Every record listed below should be copied exactly.

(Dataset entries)
####################

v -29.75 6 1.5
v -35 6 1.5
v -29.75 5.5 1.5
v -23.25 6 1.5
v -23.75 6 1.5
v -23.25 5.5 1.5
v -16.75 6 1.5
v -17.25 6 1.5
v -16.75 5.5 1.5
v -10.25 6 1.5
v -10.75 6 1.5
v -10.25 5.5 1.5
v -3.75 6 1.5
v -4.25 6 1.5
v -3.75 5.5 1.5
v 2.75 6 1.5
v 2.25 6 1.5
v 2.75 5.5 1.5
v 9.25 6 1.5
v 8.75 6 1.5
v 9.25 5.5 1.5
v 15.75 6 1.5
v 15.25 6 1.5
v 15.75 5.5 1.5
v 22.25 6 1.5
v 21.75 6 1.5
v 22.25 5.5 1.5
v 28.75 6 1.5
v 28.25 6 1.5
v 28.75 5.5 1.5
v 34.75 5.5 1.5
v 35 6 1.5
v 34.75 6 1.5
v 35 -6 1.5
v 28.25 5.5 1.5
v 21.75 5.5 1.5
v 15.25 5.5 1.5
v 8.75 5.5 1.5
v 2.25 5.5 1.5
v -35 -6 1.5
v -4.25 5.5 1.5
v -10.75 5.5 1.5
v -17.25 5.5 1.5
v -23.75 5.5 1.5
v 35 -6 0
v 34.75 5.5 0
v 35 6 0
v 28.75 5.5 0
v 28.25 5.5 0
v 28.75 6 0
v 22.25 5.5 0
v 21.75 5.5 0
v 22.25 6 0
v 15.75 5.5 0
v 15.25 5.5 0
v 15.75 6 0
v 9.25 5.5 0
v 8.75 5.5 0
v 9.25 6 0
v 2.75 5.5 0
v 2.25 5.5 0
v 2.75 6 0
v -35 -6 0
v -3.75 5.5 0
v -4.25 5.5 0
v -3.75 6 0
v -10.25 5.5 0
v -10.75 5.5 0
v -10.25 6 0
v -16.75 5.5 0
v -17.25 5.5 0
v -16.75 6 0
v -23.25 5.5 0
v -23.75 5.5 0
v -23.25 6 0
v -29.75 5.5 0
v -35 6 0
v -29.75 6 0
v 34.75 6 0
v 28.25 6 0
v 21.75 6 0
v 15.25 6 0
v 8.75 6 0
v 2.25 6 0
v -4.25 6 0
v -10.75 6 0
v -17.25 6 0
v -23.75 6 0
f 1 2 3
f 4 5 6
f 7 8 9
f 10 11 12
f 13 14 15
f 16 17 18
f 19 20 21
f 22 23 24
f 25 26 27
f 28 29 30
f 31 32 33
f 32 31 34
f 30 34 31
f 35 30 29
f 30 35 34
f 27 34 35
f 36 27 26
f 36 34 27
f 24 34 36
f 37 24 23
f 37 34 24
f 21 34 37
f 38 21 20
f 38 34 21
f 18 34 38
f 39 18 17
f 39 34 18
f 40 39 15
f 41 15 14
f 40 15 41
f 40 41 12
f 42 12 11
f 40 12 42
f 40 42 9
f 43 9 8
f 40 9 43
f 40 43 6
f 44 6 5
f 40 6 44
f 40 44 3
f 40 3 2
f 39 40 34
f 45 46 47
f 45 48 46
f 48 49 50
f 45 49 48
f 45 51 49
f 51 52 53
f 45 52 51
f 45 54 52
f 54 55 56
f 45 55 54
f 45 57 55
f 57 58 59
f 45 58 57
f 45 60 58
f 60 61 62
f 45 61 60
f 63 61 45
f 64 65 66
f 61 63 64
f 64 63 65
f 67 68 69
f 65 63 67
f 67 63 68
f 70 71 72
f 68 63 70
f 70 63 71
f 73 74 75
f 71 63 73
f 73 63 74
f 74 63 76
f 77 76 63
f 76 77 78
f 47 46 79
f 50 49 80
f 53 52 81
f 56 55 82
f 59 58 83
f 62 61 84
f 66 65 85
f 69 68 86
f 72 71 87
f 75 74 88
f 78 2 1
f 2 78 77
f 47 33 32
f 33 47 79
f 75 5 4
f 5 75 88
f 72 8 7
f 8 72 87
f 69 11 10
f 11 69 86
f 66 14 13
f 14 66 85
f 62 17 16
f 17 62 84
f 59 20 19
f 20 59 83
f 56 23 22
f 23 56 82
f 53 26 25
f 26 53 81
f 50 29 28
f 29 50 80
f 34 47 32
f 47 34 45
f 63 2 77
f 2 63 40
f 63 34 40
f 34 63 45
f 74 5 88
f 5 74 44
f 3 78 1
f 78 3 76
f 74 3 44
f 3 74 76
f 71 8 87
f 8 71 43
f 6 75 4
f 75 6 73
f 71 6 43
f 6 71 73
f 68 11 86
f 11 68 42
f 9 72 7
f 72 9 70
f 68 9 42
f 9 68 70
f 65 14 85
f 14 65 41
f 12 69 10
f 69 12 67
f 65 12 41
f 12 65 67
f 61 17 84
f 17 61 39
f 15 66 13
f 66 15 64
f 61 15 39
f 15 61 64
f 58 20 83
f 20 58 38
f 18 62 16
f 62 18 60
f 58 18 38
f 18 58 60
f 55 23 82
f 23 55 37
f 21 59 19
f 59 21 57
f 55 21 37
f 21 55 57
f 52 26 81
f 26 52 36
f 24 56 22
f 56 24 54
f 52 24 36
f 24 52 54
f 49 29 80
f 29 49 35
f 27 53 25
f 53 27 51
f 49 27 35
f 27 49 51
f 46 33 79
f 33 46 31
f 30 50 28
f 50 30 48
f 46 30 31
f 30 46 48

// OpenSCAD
// 10-well comb for casting agarose gels
// Print orientation: flat on bed, teeth pointing down (-Y)

// ---------- Parameters ----------
plate_t      = 1.5;   // plate thickness (Z)
spine_len    = 70;    // spine length (X)
spine_w      = 12;    // spine width (Y)
tooth_w      = 5.0;   // tooth width (X)
tooth_len    = 12;    // tooth length (Y)
tooth_count  = 10;    // number of teeth
gap          = 1.5;   // gap between teeth (X)
eps          = 0.5;   // cutter overshoot past faces

$fn = 64;

// ---------- Derived ----------
pitch   = tooth_w + gap;          // centre-to-centre spacing of teeth
x_start = -(tooth_count - 1) * pitch / 2;  // first tooth centre (row centred)

// ---------- Model ----------
difference() {
    // Plate: spine + teeth, built upward from z = 0
    union() {
        // Spine (back bar)
        translate([-spine_len / 2, -spine_w / 2, 0])
            cube([spine_len, spine_w, plate_t]);

        // Teeth hanging in -Y from the spine's long edge
        for (i = [0 : tooth_count - 1])
            translate([x_start + i * pitch,
                       spine_w / 2,
                       0])
                cube([tooth_w, tooth_len, plate_t]);
    }

    // Cut out the wells (through the full thickness)
    for (i = [0 : tooth_count - 1])
        translate([x_start + i * pitch - eps,
                   spine_w / 2 - eps,
                   -eps])
            cube([tooth_w + 2 * eps,
                  tooth_len + 2 * eps,
                  plate_t + 2 * eps]);
}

####################

### Response to the task
v -29.75 6 1.5
v -35 6 1.5
v -29.75 5.5 1.5
v -23.25 6 1.5
v -23.75 6 1.5
v -23.25 5.5 1.5
v -16.75 6 1.5
v -17.25 6 1.5
v -16.75 5.5 1.5
v -10.25 6 1.5
v -10.75 6 1.5
v -10.25 5.5 1.5
v -3.75 6 1.5
v -4.25 6 1.5
v -3.75 5.5 1.5
v 2.75 6 1.5
v 2.25 6 1.5
v 2.75 5.5 1.5
v 9.25 6 1.5
v 8.75 6 1.5
v 9.25 5.5 1.5
v 15.75 6 1.5
v 15.25 6 1.5
v 15.75 5.5 1.5
v 22.25 6 1.5
v 21.75 6 1.5
v 22.25 5.5 1.5
v 28.75 6 1.5
v 28.25 6 1.5
v 28.75 5.5 1.5
v 34.75 5.5 1.5
v 35 6 1.5
v 34.75 6 1.5
v 35 -6 1.5
v 28.25 5.5 1.5
v 21.75 5.5 1.5
v 15.25 5.5 1.5
v 8.75 5.5 1.5
v 2.25 5.5 1.5
v -35 -6 1.5
v -4.25 5.5 1.5
v -10.75 5.5 1.5
v -17.25 5.5 1.5
v -23.75 5.5 1.5
v 35 -6 0
v 34.75 5.5 0
v 35 6 0
v 28.75 5.5 0
v 28.25 5.5 0
v 28.75 6 0
v 22.25 5.5 0
v 21.75 5.5 0
v 22.25 6 0
v 15.75 5.5 0
v 15.25 5.5 0
v 15.75 6 0
v 9.25 5.5 0
v 8.75 5.5 0
v 9.25 6 0
v 2.75 5.5 0
v 2.25 5.5 0
v 2.75 6 0
v -35 -6 0
v -3.75 5.5 0
v -4.25 5.5 0
v -3.75 6 0
v -10.25 5.5 0
v -10.75 5.5 0
v -10.25 6 0
v -16.75 5.5 0
v -17.25 5.5 0
v -16.75 6 0
v -23.25 5.5 0
v -23.75 5.5 0
v -23.25 6 0
v -29.75 5.5 0
v -35 6 0
v -29.75 6 0
v 34.75 6 0
v 28.25 6 0
v 21.75 6 0
v 15.25 6 0
v 8.75 6 0
v 2.25 6 0
v -4.25 6 0
v -10.75 6 0
v -17.25 6 0
v -23.75 6 0
f 1 2 3
f 4 5 6
f 7 8 9
f 10 11 12
f 13 14 15
f 16 17 18
f 19 20 21
f 22 23 24
f 25 26 27
f 28 29 30
f 31 32 33
f 32 31 34
f 30 34 31
f 35 30 29
f 30 35 34
f 27 34 35
f 36 27 26
f 36 34 27
f 24 34 36
f 37 24 23
f 37 34 24
f 21 34 37
f 38 21 20
f 38 34 21
f 18 34 38
f 39 18 17
f 39 34 18
f 40 39 15
f 41 15 14
f 40 15 41
f 40 41 12
f 42 12 11
f 40 12 42
f 40 42 9
f 43 9 8
f 40 9 43
f 40 43 6
f 44 6 5
f 40 6 44
f 40 44 3
f 40 3 2
f 39 40 34
f 45 46 47
f 45 48 46
f 48 49 50
f 45 49 48
f 45 51 49
f 51 52 53
f 45 52 51
f 45 54 52
f 54 55 56
f 45 55 54
f 45 57 55
f 57 58 59
f 45 58 57
f 45 60 58
f 60 61 62
f 45 61 60
f 63 61 45
f 64 65 66
f 61 63 64
f 64 63 65
f 67 68 69
f 65 63 67
f 67 63 68
f 70 71 72
f 68 63 70
f 70 63 71
f 73 74 75
f 71 63 73
f 73 63 74
f 74 63 76
f 77 76 63
f 76 77 78
f 47 46 79
f 50 49 80
f 53 52 81
f 56 55 82
f 59 58 83
f 62 61 84
f 66 65 85
f 69 68 86
f 72 71 87
f 75 74 88
f 78 2 1
f 2 78 77
f 47 33 32
f 33 47 79
f 75 5 4
f 5 75 88
f 72 8 7
f 8 72 87
f 69 11 10
f 11 69 86
f 66 14 13
f 14 66 85
f 62 17 16
f 17 62 84
f 59 20 19
f 20 59 83
f 56 23 22
f 23 56 82
f 53 26 25
f 26 53 81
f 50 29 28
f 29 50 80
f 34 47 32
f 47 34 45
f 63 2 77
f 2 63 40
f 63 34 40
f 34 63 45
f 74 5 88
f 5 74 44
f 3 78 1
f 78 3 76
f 74 3 44
f 3 74 76
f 71 8 87
f 8 71 43
f 6 75 4
f 75 6 73
f 71 6 43
f 6 71 73
f 68 11 86
f 11 68 42
f 9 72 7
f 72 9 70
f 68 9 42
f 9 68 70
f 65 14 85
f 14 65 41
f 12 69 10
f 69 12 67
f 65 12 41
f 12 65 67
f 61 17 84
f 17 61 39
f 15 66 13
f 66 15 64
f 61 15 39
f 15 61 64
f 58 20 83
f 20 58 38
f 18 62 16
f 62 18 60
f 58 18 38
f 18 58 60
f 55 23 82
f 23 55 37
f 21 59 19
f 59 21 57
f 55 21 37
f 21 55 57
f 52 26 81
f 26 52 36
f 24 56 22
f 56 24 54
f 52 24 36
f 24 52 54
f 49 29 80
f 29 49 35
f 27 53 25
f 53 27 51
f 49 27 35
f 27 49 51
f 46 33 79
f 33 46 31
f 30 50 28
f 50 30 48
f 46 30 31
f 30 46 48

// OpenSCAD
// 10-well comb for casting agarose gels
// Print orientation: flat on bed, teeth pointing down (-Y)

// ---------- Parameters ----------
plate_t      = 1.5;   // plate thickness (Z)
spine_len    = 70;    // spine length (X)
spine_w      = 12;    // spine width (Y)
tooth_w      = 5.0;   // tooth width (X)
tooth_len    = 12;    // tooth length (Y)
tooth_count  = 10;    // number of teeth
gap          = 1.5;   // gap between teeth (X)
eps          = 0.5;   // cutter overshoot past faces

$fn = 64;

// ---------- Derived ----------
pitch   = tooth_w + gap;          // centre-to-centre spacing of teeth
x_start = -(tooth_count - 1) * pitch / 2;  // first tooth centre (row centred)

// ---------- Model ----------
difference() {
    // Plate: spine + teeth, built upward from z = 0
    union() {
        // Spine (back bar)
        translate([-spine_len / 2, -spine_w / 2, 0])
            cube([spine_len, spine_w, plate_t]);

        // Teeth hanging in -Y from the spine's long edge
        for (i = [0 : tooth_count - 1])
            translate([x_start + i * pitch,
                       spine_w / 2,
                       0])
                cube([tooth_w, tooth_len, plate_t]);
    }

    // Cut out the wells (through the full thickness)
    for (i = [0 : tooth_count - 1])
        translate([x_start + i * pitch - eps,
                   spine_w / 2 - eps,
                   -eps])
            cube([tooth_w + 2 * eps,
                  tooth_len + 2 * eps,
                  plate_t + 2 * eps]);
}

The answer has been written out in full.